Records shown: Begin
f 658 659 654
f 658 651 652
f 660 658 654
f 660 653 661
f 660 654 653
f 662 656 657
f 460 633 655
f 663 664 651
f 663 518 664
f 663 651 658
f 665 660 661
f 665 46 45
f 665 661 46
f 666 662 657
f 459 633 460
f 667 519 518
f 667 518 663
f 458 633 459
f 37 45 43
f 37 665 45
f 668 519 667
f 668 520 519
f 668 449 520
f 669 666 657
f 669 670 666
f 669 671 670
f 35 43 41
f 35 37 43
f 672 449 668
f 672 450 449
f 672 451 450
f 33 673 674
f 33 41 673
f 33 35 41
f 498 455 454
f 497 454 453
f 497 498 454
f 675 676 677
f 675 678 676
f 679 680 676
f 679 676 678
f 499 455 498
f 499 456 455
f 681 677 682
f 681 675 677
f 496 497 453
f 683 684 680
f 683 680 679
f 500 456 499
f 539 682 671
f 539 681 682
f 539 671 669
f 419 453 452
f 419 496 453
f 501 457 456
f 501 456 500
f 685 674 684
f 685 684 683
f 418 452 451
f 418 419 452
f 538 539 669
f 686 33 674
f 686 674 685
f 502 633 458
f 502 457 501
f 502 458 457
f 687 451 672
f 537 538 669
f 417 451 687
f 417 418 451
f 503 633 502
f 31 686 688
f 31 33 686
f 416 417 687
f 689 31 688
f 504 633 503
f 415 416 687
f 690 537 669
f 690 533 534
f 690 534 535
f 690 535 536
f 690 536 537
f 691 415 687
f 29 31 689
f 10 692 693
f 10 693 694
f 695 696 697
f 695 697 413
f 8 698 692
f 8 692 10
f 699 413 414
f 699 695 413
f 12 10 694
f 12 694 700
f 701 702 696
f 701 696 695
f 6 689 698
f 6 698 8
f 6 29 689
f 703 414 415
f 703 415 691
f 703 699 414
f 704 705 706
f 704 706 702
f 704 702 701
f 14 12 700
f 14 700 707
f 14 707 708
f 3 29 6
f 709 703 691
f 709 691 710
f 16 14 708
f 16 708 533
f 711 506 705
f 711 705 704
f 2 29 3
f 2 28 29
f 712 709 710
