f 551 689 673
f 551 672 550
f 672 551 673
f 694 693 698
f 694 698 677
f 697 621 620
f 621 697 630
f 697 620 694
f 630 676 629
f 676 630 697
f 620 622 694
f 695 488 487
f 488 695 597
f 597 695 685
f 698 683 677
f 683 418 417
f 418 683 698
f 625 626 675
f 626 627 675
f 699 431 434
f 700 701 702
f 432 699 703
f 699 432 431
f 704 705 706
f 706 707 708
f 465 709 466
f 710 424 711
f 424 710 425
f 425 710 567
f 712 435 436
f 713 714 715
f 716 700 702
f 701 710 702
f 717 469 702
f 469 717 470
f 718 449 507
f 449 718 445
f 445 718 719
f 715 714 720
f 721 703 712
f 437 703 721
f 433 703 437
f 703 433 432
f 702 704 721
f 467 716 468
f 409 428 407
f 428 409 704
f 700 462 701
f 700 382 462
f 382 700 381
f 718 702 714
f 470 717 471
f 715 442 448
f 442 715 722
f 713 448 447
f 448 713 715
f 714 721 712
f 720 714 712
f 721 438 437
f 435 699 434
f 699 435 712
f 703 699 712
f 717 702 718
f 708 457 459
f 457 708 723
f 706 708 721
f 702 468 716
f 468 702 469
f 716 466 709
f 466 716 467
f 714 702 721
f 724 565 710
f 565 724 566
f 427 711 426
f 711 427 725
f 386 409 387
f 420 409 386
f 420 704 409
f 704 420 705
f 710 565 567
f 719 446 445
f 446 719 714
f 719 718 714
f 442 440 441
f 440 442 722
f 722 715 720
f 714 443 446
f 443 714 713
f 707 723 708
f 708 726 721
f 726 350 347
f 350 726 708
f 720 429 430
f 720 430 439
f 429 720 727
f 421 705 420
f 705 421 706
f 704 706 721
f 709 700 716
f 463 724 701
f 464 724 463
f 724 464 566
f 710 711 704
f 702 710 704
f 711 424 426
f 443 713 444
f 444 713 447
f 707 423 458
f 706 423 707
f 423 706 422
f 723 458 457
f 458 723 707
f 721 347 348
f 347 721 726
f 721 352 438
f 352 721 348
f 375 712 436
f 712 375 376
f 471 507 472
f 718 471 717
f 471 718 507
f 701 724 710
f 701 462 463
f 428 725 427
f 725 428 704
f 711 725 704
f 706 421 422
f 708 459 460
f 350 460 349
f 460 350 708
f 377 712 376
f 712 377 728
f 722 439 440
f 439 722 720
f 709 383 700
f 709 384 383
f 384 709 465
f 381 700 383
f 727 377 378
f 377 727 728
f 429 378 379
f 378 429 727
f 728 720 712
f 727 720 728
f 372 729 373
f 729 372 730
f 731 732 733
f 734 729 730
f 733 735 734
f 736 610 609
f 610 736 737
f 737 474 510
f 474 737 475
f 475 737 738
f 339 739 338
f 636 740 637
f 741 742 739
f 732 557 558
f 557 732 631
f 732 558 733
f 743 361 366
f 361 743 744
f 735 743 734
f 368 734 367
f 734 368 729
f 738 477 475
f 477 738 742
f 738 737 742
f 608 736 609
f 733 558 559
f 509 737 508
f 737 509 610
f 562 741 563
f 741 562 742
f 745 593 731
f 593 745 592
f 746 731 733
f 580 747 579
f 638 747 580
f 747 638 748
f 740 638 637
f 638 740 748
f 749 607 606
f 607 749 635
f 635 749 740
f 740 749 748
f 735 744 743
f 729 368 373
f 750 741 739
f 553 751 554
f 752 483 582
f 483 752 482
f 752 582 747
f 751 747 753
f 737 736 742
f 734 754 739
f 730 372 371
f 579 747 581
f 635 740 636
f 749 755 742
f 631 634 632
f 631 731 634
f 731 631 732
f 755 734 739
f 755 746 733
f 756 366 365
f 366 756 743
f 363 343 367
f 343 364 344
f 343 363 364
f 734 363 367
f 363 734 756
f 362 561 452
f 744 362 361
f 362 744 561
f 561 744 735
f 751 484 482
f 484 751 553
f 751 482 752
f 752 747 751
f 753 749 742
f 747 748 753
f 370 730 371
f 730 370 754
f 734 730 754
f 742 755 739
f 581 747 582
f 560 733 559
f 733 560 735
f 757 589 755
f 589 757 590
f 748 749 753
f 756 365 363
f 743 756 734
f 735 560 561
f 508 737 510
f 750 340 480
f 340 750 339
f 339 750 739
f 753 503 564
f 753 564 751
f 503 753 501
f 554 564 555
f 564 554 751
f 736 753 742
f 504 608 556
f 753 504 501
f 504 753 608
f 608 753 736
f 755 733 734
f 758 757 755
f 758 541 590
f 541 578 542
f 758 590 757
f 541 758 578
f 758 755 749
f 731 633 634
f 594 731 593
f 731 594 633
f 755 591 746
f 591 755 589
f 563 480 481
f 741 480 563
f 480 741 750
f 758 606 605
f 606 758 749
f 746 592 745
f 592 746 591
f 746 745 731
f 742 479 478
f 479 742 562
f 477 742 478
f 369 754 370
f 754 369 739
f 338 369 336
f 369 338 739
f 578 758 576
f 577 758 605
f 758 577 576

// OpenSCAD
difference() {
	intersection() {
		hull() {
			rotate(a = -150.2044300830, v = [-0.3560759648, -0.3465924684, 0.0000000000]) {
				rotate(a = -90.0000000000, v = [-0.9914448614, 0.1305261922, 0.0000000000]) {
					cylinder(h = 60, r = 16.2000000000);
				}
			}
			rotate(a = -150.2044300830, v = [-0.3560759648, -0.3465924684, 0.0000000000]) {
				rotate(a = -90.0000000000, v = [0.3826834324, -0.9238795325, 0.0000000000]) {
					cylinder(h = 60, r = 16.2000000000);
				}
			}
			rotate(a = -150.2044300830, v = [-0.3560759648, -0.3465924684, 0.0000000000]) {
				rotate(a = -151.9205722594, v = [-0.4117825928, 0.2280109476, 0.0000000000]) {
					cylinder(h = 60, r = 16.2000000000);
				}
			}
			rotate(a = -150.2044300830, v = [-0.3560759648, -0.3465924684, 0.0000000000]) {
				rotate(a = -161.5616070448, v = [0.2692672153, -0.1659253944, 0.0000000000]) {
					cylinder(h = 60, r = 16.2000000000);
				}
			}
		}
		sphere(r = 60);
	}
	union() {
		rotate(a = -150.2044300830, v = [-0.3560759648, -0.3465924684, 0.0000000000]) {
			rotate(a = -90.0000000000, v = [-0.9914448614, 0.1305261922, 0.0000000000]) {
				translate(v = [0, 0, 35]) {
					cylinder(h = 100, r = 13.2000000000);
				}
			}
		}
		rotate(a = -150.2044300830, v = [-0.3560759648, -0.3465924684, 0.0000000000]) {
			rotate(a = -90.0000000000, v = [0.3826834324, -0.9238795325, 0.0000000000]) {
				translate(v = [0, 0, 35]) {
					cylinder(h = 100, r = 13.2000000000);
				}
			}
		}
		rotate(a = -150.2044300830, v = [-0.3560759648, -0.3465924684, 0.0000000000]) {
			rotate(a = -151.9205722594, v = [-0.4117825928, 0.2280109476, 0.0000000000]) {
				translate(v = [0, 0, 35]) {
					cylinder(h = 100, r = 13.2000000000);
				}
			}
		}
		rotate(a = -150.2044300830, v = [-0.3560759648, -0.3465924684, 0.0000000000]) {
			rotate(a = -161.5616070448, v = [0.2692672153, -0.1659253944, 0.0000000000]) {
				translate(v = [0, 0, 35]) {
Records shown: End
What is being asked ->
Transcribe the records above from the line holding "f 463 724 701" down to the line holding "f 384 709 465", inclusive, without adding anything.

Task result ->
f 463 724 701
f 464 724 463
f 724 464 566
f 710 711 704
f 702 710 704
f 711 424 426
f 443 713 444
f 444 713 447
f 707 423 458
f 706 423 707
f 423 706 422
f 723 458 457
f 458 723 707
f 721 347 348
f 347 721 726
f 721 352 438
f 352 721 348
f 375 712 436
f 712 375 376
f 471 507 472
f 718 471 717
f 471 718 507
f 701 724 710
f 701 462 463
f 428 725 427
f 725 428 704
f 711 725 704
f 706 421 422
f 708 459 460
f 350 460 349
f 460 350 708
f 377 712 376
f 712 377 728
f 722 439 440
f 439 722 720
f 709 383 700
f 709 384 383
f 384 709 465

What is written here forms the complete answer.